Mechanism counts for something, no? I'm often surprised at how arbitrary the original spark is -- a shared enthusiasm for something random and quite specific (Bruno Taut, TMBG, a great album or song, a mutual passion for building potato guns, etc) that morphs into a shared way of thinking and talking and developing curiosities in tandem.

Totally different from "shared interests." I think Brandon's right, in that it has much more to do with how you think than what you think or talk about. Circumstance does seem to matter, though. My closest friends have tended to emerge out of chance encounters, where chemistry clicked at the right time and place, and created space for something wonderful.
posted by puckish at 9:14 PM on June 28, 2008

Anyone have a link for the Buber (or part of it?). It sounds interesting but also maddeningly abstract. But...having the reference might help to bring the thread outside the realm of purely personal experience.
posted by puckish at 9:20 PM on June 28, 2008

In my experience, my best friends have been those I've both known longest, and who give me that father/older brother feeling. My "manfriends" as my girlfriend calls them are fairly varied in their characteristics, similar in beliefs, mostly taller than me, and enjoy my sense of humor in that they permit my eccentricities, humor my mistakes, and generally enjoy musing questions like this one. There is one condition; none of them can take me too seriously. And they don't.

So I thought that was it.

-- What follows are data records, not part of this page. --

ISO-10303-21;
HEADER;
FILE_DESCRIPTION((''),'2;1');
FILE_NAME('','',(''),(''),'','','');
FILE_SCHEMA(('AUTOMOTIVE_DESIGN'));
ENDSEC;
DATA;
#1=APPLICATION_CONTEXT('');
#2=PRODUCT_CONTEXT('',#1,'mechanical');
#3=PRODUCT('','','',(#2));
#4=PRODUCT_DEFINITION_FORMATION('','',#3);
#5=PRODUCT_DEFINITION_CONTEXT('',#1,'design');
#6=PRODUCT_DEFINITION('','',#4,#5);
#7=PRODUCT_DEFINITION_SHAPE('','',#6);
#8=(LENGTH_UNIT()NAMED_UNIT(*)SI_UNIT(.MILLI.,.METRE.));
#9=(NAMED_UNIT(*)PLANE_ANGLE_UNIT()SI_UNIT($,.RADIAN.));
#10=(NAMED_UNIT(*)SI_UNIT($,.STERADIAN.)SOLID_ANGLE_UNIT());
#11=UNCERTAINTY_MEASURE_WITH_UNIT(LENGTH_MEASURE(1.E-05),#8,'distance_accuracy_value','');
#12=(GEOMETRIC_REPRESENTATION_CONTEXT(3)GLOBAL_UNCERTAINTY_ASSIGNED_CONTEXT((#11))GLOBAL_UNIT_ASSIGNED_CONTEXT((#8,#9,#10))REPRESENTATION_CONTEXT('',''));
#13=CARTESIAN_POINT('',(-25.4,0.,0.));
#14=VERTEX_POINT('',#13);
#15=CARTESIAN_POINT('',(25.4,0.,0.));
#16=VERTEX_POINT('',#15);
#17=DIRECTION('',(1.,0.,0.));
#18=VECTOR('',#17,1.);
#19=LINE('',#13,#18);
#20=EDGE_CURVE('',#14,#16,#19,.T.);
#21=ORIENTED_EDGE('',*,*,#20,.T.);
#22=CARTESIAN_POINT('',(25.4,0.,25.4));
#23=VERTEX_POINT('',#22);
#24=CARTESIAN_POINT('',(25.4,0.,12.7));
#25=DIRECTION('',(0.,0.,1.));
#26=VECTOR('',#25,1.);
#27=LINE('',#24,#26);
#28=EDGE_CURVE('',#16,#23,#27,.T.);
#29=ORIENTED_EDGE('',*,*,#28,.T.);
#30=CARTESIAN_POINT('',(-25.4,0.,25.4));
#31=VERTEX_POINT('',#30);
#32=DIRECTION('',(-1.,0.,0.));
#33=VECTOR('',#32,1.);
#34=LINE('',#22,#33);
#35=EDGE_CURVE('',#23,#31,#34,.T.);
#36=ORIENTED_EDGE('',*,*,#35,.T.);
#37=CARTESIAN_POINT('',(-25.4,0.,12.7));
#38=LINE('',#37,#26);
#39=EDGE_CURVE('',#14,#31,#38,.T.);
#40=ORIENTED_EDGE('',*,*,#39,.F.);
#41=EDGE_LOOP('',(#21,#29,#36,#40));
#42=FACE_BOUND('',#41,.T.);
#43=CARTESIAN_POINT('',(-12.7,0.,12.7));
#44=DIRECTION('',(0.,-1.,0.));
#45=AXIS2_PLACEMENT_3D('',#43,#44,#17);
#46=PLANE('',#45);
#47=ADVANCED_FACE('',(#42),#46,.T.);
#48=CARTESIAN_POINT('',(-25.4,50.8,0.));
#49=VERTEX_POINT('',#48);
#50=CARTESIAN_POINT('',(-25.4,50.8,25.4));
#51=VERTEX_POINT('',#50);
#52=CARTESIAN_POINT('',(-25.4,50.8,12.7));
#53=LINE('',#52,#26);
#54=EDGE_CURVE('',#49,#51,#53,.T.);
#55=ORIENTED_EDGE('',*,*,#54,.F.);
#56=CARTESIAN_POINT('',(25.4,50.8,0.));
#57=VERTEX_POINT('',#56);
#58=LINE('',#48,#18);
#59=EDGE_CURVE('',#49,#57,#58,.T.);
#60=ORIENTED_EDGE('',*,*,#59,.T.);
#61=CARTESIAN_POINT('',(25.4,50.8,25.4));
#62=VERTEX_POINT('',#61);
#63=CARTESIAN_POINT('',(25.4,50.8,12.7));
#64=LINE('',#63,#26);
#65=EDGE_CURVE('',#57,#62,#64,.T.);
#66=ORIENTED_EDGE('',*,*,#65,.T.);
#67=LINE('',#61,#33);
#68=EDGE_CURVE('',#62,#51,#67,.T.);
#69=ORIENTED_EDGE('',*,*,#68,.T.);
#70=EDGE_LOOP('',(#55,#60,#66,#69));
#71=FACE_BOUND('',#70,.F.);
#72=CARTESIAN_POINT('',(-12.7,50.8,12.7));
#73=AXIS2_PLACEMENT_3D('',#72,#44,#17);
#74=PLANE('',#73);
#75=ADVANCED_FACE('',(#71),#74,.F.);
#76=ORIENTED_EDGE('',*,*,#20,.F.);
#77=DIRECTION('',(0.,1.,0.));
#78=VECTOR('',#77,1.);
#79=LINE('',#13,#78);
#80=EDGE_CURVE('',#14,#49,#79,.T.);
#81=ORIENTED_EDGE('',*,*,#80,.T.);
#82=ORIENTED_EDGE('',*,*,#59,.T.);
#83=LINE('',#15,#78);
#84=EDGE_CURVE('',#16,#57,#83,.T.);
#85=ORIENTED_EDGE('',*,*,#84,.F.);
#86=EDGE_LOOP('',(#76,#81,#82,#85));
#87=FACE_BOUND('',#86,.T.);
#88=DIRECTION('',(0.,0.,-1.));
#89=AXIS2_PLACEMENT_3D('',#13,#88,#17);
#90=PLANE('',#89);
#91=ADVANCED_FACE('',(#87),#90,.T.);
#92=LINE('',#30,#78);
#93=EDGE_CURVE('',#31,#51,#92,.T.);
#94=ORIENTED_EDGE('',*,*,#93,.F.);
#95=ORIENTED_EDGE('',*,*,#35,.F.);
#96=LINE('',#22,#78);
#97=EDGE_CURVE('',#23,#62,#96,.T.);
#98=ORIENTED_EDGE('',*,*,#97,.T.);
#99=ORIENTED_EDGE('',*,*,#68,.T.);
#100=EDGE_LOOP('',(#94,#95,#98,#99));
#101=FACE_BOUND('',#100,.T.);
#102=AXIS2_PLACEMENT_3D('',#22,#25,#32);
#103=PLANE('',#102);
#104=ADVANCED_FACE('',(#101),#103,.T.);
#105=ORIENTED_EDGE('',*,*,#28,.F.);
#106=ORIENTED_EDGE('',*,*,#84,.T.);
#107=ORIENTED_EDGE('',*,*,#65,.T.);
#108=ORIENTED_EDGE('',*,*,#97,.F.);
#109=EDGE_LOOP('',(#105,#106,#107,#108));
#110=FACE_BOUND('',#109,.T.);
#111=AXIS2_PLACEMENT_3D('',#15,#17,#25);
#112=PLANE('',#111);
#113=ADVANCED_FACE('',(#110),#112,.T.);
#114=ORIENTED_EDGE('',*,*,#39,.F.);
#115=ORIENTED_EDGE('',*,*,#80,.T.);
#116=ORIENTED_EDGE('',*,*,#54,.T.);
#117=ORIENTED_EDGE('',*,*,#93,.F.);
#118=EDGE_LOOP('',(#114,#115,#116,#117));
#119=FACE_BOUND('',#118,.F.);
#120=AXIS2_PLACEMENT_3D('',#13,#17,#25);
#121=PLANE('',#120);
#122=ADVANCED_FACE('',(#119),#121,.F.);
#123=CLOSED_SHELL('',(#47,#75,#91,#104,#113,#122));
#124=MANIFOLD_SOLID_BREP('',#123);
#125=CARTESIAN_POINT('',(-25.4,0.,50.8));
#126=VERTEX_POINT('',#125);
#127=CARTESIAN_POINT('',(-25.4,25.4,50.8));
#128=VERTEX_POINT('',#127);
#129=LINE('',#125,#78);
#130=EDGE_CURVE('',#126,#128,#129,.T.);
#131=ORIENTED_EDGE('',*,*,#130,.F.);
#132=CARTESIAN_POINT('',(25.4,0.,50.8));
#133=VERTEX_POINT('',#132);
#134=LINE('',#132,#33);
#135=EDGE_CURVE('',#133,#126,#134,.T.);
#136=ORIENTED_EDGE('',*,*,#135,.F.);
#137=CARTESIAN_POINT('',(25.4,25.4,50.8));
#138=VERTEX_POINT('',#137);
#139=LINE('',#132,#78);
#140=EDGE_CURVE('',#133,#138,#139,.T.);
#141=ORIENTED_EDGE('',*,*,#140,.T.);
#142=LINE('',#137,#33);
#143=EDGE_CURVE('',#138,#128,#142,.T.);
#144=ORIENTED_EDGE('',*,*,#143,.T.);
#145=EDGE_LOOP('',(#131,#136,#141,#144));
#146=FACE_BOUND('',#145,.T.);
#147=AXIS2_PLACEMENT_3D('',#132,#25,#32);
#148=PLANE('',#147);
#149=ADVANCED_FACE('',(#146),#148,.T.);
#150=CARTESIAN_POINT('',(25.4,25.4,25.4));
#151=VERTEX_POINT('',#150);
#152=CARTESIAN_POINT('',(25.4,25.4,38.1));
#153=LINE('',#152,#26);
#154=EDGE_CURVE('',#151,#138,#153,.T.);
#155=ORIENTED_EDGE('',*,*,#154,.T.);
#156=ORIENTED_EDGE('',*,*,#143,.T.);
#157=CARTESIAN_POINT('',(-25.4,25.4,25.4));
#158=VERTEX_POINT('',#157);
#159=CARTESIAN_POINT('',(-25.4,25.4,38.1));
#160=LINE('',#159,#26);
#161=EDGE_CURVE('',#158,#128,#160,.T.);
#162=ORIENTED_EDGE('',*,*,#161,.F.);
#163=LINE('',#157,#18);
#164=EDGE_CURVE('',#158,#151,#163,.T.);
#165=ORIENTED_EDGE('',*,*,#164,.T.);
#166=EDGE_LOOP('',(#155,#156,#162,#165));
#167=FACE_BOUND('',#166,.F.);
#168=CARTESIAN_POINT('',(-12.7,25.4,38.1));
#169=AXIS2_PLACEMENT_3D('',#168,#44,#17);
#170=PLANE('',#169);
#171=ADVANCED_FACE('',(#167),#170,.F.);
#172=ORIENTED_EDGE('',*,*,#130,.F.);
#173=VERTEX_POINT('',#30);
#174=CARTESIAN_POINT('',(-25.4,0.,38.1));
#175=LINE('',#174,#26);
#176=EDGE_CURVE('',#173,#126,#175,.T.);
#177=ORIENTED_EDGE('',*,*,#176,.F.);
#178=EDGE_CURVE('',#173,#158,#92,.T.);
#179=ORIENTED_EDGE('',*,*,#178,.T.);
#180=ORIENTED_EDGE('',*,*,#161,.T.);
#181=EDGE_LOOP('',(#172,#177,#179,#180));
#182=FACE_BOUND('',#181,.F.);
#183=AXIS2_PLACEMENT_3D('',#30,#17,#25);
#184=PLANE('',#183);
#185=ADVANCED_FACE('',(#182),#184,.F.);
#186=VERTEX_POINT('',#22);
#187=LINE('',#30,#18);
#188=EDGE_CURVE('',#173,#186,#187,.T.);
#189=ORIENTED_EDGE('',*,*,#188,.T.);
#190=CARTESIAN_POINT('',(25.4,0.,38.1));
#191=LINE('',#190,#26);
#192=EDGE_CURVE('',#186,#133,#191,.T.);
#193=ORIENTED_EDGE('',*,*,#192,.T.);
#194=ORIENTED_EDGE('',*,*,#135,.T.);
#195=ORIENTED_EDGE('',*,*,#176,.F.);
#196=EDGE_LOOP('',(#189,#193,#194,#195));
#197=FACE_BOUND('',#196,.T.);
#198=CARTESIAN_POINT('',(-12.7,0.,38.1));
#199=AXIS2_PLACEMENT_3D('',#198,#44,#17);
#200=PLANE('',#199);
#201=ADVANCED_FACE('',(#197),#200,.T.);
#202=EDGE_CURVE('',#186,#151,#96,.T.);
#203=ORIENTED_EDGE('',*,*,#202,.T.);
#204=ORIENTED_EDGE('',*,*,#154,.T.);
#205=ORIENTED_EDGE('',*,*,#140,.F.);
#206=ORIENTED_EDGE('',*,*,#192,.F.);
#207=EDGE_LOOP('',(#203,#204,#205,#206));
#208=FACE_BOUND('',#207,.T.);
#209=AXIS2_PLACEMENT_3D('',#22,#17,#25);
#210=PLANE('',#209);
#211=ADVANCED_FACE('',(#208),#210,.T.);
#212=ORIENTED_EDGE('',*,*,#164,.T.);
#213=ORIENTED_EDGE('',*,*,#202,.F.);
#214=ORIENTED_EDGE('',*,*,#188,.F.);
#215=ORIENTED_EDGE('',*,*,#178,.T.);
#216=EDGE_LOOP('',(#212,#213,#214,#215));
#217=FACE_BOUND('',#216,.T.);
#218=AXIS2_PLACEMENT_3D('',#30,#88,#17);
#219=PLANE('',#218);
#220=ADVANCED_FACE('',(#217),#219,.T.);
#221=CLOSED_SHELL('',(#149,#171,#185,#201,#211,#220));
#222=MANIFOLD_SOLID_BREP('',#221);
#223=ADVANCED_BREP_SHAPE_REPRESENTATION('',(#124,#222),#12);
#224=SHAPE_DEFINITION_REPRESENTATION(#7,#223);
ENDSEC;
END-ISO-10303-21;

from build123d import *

# Parameters (mm, degrees)
F0_W     = 25.4
F0_H     = 25.4
F1_DEPTH = 50.8
F2_DEPTH = 25.4


with BuildPart() as f1:
    # F0 (on Front) → F1 (new body)
    with BuildSketch(Plane.XZ):
        with Locations((-12.7, 12.7)):
            Rectangle(F0_W, F0_H)
        with Locations((12.7, 12.7)):
            Rectangle(F0_W, F0_H)
    extrude(amount=-F1_DEPTH)


with BuildPart() as f2:
    # F0 (on Front) → F2 (new body)
    with BuildSketch(Plane.XZ):
        with Locations((-12.7, 38.1)):
            Rectangle(F0_W, F0_H)
        with Locations((12.7, 38.1)):
            Rectangle(F0_W, F0_H)
    extrude(amount=-F2_DEPTH)


solid = Compound([f1.part, f2.part])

They are older brothers, I'm an adopted younger brother, they can live through me in my playful childlike antics, and I can impress them, or embarrass them, to my heart's content.

My girlfriend actually fills the above requisites pretty well, too. (taller, older, larger hands, works harder, makes more money...)

I guess what I'm saying is that, at least for me, it's the silent communication I get from these people that makes me connect to them. The wry smile when they're trying not to show I've done something funny, the sideways looks as they wait for me to react to something... all that stuff. It's a natural, unforced, unmentioned, unnoticed thing, and it's better than anything they've ever said or done that has meant something to me.

My question has always been related to this, but perhaps better put elsewhere. When it is so easy to tell when you are getting along with someone naturally, how can people put up with fake relationships? Don't bosses know that people are only talking to them because they are afraid or ambitious? Don't guys get the message that a girl is not interested? When I see people having coffee together, talking, I think within seconds I can tell if they are friends, forced friends, or acquaintances. Anyone?

PS, good question. Sorry about the rambling answer :)
posted by omnigut at 9:27 PM on June 28, 2008 [2 favorites]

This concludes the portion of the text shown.